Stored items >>
--------
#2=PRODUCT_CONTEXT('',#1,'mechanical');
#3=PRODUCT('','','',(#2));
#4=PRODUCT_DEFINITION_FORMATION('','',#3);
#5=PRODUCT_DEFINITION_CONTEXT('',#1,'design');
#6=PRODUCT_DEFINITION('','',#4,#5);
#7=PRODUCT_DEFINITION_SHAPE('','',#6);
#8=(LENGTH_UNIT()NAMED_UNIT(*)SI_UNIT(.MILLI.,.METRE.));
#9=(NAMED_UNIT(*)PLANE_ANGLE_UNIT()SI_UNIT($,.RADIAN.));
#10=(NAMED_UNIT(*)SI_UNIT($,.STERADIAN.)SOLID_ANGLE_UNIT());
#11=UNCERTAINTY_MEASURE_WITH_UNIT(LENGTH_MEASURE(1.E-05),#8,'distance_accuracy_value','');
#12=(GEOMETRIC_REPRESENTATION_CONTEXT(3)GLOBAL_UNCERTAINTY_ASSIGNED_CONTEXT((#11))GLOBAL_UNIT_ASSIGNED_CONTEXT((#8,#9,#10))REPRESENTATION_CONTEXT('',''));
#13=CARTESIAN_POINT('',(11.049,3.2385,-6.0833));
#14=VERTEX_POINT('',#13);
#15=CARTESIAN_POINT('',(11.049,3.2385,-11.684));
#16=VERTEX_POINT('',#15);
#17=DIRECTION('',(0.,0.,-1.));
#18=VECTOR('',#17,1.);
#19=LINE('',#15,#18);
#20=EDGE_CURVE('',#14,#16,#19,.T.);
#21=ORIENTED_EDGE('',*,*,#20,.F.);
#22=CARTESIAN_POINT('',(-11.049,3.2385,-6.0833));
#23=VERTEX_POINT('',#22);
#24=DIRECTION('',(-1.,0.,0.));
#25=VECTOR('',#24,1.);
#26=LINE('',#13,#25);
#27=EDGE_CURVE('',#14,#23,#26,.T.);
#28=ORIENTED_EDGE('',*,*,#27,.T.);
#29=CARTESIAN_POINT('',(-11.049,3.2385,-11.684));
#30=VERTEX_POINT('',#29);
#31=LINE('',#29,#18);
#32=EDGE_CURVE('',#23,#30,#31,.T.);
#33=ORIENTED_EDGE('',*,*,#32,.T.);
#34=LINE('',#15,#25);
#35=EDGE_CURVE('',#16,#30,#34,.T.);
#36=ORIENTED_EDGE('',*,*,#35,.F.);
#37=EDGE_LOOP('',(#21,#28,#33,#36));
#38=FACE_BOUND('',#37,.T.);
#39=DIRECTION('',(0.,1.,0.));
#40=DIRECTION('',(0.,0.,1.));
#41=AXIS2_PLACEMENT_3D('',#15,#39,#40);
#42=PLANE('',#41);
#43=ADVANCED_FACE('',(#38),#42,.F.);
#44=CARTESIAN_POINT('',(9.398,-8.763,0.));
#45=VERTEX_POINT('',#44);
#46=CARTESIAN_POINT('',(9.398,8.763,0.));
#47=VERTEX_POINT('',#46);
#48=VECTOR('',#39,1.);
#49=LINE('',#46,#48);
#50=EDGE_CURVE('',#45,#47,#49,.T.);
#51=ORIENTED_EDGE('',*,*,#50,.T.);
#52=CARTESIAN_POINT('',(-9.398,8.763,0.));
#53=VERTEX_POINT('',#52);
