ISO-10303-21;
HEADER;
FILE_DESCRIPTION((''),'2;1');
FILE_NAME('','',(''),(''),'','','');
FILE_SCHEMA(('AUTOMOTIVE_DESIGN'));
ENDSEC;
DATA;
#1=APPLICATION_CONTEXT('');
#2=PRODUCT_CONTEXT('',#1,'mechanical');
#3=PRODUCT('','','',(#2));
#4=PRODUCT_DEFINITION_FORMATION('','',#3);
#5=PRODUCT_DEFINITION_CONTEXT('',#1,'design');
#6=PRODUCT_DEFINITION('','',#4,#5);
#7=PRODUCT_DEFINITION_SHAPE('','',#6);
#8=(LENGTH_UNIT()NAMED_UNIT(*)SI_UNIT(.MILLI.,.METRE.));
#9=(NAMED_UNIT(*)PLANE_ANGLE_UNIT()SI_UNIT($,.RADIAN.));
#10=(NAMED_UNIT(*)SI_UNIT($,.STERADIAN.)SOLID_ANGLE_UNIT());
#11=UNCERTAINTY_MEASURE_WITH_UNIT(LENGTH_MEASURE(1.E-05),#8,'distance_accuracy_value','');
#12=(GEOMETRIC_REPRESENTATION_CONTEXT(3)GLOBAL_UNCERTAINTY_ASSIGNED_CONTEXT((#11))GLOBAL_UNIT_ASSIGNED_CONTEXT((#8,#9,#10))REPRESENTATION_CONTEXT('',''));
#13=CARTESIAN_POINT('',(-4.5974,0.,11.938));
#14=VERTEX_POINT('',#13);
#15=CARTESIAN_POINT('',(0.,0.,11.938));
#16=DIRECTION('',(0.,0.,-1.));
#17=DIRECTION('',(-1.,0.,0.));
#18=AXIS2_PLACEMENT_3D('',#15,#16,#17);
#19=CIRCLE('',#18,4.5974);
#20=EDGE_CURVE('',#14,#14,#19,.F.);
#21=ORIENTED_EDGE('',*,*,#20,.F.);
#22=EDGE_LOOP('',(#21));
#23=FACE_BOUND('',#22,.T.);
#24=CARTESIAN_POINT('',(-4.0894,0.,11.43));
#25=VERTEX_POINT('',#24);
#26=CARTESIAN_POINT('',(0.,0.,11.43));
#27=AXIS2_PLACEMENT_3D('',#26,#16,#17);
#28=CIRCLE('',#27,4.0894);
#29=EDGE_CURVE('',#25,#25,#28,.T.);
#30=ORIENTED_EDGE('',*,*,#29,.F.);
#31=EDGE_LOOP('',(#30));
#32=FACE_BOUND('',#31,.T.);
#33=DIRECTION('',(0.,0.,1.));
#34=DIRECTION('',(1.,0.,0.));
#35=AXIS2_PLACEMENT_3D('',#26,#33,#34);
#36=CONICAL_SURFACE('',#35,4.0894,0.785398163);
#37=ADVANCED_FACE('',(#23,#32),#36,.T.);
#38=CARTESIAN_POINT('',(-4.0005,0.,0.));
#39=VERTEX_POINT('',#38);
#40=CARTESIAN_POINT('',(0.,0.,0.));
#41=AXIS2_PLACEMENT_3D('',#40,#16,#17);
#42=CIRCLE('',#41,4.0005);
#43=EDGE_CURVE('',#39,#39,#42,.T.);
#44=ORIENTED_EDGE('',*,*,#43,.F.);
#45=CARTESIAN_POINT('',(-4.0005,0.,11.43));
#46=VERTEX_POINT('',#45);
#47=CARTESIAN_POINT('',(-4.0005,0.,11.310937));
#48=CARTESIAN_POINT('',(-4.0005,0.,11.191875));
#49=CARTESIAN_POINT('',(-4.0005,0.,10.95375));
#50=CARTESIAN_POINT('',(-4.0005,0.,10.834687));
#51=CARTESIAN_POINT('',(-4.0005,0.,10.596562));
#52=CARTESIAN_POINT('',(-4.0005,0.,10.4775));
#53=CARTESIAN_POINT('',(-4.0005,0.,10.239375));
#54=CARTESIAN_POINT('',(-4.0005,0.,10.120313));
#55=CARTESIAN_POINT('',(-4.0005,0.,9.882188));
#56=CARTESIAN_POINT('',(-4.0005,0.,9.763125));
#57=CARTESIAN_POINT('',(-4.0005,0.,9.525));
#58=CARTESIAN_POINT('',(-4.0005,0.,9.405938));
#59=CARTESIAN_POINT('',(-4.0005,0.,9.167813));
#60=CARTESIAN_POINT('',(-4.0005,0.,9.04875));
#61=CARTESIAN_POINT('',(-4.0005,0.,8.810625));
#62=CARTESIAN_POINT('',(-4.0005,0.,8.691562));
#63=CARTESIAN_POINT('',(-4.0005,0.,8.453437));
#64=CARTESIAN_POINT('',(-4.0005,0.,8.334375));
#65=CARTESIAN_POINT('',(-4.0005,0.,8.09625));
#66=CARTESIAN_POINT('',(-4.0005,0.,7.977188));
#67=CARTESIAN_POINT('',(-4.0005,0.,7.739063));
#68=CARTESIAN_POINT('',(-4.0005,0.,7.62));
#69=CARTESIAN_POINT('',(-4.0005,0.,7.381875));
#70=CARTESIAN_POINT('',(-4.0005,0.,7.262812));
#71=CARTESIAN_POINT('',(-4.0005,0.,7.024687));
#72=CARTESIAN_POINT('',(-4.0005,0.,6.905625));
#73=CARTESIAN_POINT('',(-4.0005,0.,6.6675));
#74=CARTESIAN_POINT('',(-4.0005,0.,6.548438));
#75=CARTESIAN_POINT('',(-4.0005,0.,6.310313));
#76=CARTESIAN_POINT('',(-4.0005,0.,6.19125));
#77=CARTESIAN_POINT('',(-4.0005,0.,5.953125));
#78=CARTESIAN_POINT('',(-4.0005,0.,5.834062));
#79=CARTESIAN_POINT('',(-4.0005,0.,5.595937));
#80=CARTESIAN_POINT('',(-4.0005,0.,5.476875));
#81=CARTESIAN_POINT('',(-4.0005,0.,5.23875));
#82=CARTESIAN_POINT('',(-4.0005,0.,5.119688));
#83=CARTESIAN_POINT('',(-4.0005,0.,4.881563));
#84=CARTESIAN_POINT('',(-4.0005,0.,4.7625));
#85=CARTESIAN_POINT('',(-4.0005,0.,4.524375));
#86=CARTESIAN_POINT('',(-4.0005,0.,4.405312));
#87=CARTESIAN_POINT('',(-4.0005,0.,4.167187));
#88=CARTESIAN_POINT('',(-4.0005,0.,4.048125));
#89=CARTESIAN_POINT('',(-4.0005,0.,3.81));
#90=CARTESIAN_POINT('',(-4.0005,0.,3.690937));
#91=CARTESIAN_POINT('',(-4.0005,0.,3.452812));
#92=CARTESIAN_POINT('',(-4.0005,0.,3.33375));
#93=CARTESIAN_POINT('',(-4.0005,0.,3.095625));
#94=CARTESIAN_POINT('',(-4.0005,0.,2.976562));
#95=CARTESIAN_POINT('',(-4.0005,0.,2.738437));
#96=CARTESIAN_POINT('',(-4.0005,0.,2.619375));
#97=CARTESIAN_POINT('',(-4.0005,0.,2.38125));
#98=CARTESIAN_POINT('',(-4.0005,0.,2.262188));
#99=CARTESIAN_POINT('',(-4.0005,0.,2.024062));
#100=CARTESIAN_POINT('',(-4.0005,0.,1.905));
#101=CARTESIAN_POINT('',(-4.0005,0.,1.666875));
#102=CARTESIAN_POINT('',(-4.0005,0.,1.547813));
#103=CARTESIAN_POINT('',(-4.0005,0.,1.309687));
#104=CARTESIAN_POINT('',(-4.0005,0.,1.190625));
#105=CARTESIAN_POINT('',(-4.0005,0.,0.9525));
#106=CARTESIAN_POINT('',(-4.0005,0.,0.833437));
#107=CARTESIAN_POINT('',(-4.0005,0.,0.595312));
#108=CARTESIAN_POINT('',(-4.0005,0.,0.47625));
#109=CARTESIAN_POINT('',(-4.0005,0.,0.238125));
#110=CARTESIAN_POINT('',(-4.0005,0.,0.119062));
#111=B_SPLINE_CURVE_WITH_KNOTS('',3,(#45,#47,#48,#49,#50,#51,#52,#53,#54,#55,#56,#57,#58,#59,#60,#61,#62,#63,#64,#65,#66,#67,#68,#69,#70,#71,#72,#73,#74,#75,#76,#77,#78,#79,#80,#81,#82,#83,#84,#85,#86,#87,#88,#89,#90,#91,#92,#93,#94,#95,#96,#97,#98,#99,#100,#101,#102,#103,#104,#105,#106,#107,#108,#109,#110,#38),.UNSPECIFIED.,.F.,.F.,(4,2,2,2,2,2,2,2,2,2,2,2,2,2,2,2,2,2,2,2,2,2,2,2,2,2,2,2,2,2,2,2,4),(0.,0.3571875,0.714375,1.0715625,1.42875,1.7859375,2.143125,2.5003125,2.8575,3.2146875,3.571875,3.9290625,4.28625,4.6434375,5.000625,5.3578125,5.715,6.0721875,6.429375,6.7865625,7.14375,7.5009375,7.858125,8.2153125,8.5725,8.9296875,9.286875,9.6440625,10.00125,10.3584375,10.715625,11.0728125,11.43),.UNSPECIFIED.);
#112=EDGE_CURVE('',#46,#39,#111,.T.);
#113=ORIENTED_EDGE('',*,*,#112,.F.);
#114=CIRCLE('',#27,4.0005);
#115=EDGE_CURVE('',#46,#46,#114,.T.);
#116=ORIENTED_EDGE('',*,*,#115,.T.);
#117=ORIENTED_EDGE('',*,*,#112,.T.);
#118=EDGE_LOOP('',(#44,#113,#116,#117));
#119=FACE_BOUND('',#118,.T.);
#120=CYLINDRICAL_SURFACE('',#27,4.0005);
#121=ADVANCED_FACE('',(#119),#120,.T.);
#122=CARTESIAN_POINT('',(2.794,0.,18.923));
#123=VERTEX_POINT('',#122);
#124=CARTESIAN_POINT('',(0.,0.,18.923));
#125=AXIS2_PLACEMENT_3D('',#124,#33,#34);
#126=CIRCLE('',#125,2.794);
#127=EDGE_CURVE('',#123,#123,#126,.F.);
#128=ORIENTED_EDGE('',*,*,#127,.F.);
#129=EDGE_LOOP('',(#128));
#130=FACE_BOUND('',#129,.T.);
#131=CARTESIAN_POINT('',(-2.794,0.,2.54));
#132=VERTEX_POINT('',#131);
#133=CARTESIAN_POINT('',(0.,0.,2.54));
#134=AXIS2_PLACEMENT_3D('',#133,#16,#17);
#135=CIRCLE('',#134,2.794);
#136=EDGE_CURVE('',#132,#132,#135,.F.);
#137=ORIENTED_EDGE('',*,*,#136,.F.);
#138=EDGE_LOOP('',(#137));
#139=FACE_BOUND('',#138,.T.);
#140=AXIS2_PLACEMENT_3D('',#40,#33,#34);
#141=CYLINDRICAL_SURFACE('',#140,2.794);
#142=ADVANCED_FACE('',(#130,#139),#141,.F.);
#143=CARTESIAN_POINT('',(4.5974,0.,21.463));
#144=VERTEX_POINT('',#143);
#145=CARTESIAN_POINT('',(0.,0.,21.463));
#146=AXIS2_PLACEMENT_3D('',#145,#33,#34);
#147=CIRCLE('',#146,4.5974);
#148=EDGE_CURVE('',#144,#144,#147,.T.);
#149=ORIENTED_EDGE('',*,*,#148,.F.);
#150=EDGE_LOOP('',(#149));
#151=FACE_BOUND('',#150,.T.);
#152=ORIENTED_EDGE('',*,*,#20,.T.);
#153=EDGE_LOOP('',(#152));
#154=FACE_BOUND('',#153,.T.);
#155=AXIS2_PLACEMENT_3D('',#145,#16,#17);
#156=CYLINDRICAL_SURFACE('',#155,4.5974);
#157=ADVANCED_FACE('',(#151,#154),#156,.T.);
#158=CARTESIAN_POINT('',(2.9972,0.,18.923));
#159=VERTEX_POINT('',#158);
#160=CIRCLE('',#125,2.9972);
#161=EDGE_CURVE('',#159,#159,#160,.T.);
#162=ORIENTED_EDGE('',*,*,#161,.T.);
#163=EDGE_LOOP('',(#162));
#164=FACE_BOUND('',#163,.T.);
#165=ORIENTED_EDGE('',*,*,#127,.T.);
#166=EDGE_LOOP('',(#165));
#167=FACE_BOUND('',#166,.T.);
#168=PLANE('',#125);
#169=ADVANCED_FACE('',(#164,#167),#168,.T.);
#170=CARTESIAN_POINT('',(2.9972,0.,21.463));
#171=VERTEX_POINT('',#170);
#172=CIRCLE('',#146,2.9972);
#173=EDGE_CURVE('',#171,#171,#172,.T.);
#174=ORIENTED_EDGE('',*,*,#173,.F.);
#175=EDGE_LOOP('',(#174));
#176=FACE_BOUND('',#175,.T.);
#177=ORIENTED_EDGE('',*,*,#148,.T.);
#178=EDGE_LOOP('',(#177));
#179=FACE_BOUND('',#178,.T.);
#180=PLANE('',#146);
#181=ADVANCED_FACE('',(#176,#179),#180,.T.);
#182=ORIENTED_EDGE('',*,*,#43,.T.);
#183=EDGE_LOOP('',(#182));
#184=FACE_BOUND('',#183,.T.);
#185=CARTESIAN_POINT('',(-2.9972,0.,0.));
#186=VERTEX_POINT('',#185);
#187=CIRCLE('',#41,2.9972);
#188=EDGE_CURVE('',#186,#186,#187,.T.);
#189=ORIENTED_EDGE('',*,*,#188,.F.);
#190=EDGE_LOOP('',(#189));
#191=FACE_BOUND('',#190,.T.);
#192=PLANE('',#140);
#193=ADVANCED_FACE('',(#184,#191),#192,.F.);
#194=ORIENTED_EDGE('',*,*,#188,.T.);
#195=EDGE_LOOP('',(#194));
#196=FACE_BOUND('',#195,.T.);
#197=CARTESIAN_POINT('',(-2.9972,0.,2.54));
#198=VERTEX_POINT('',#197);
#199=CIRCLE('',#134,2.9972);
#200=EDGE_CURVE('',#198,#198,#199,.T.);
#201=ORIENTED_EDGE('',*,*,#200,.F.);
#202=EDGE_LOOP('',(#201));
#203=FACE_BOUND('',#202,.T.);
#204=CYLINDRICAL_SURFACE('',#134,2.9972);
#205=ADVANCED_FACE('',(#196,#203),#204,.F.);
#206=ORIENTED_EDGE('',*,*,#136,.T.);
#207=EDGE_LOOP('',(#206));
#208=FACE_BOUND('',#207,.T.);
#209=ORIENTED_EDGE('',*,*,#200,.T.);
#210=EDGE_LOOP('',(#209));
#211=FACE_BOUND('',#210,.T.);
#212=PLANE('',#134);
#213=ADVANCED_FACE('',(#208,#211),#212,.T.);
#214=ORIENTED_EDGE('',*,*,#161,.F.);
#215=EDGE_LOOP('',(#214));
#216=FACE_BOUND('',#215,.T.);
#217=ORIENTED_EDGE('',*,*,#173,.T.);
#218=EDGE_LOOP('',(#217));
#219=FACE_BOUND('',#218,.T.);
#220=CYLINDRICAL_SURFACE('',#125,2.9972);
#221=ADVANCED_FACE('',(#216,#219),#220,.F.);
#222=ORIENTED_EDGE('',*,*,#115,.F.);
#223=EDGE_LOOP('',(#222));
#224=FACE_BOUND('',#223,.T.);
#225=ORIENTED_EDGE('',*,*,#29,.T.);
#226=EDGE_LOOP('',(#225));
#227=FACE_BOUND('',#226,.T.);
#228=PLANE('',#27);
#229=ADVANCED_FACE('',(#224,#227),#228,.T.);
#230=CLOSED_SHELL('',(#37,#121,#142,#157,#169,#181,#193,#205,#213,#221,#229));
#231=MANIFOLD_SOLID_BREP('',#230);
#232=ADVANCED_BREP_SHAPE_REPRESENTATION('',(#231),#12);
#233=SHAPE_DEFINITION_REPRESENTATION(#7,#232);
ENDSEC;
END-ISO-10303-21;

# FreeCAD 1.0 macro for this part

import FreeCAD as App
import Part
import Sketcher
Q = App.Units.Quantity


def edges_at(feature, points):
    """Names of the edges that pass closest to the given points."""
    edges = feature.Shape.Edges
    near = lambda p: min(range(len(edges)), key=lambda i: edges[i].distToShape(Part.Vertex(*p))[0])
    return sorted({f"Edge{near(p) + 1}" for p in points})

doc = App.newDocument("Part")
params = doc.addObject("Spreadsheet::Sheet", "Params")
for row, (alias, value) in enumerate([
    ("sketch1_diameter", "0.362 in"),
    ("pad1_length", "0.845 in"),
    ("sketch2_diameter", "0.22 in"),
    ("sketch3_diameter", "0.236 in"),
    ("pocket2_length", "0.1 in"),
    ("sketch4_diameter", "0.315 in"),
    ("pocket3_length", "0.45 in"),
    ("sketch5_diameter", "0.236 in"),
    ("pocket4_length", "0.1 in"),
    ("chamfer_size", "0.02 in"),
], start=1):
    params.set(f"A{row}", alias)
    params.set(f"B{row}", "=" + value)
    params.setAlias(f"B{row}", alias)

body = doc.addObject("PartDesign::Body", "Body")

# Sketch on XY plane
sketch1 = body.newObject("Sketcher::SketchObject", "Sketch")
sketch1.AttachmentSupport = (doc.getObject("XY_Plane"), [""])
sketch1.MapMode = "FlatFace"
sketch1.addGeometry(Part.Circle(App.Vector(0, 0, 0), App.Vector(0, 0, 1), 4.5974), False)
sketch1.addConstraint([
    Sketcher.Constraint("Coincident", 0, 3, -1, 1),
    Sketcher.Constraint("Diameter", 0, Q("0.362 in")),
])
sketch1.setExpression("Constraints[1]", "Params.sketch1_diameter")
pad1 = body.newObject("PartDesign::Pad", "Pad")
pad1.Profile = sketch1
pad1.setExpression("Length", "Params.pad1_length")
--------
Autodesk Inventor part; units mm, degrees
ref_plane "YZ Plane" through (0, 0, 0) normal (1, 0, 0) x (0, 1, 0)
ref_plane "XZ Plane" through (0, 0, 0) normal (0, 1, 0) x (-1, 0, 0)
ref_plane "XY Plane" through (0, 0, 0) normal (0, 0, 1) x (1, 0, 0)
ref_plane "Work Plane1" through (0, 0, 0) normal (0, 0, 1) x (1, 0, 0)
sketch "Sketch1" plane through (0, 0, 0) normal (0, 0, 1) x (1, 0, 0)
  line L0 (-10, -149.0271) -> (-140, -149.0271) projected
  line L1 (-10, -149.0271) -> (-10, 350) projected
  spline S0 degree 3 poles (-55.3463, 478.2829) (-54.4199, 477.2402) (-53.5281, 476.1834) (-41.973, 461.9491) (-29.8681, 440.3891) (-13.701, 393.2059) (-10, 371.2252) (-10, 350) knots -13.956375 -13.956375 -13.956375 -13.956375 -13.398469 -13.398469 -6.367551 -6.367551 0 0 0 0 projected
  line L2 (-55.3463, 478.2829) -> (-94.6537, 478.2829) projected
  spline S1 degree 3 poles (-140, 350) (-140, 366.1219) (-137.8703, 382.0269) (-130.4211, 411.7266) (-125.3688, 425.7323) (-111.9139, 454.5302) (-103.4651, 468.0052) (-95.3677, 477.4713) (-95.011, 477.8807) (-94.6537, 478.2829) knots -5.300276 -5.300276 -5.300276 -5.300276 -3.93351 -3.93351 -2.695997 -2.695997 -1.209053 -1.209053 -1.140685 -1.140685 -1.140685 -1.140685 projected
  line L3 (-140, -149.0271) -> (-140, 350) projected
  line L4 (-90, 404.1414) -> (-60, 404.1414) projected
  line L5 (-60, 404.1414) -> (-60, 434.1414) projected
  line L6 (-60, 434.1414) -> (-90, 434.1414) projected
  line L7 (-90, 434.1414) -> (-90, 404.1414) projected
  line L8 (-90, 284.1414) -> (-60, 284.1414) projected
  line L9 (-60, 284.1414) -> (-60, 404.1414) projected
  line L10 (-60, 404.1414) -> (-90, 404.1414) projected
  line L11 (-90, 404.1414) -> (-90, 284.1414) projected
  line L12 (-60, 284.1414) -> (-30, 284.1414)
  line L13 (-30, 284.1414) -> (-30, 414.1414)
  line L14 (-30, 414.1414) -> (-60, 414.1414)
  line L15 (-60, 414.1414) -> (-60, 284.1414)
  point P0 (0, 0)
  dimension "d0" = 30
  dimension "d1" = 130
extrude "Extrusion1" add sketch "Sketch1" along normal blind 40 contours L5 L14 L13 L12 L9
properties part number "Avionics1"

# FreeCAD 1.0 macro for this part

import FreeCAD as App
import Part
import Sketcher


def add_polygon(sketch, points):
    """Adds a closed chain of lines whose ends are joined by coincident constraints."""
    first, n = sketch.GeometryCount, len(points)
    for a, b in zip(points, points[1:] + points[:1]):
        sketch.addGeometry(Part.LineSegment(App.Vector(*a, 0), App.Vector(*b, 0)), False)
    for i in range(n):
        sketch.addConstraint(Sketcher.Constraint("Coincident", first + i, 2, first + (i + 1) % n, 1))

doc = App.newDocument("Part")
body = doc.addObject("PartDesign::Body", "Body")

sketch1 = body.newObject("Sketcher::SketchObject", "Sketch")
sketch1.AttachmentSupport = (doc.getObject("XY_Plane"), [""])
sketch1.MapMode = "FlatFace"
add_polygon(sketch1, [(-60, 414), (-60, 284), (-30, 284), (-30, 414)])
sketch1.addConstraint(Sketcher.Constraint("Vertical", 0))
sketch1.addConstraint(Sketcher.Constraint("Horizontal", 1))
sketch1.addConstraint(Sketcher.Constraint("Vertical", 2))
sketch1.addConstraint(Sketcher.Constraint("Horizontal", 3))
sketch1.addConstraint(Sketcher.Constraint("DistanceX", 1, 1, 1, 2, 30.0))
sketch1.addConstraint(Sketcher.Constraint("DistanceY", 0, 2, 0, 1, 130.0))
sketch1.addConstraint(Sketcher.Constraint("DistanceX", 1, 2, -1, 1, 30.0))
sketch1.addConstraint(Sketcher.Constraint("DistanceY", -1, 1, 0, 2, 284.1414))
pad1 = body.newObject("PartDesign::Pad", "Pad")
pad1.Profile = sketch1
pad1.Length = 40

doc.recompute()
--------
In the entries above, please find the line with "#68=CARTESIAN_POINT('',(-4.0005,0.,7.62));" and the line with "#75=CARTESIAN_POINT('',(-4.0005,0.,6.310313));", then write out exactly those two lines and every line between them, and nothing more.

ANSWER FOR THE TASK >>
#68=CARTESIAN_POINT('',(-4.0005,0.,7.62));
#69=CARTESIAN_POINT('',(-4.0005,0.,7.381875));
#70=CARTESIAN_POINT('',(-4.0005,0.,7.262812));
#71=CARTESIAN_POINT('',(-4.0005,0.,7.024687));
#72=CARTESIAN_POINT('',(-4.0005,0.,6.905625));
#73=CARTESIAN_POINT('',(-4.0005,0.,6.6675));
#74=CARTESIAN_POINT('',(-4.0005,0.,6.548438));
#75=CARTESIAN_POINT('',(-4.0005,0.,6.310313));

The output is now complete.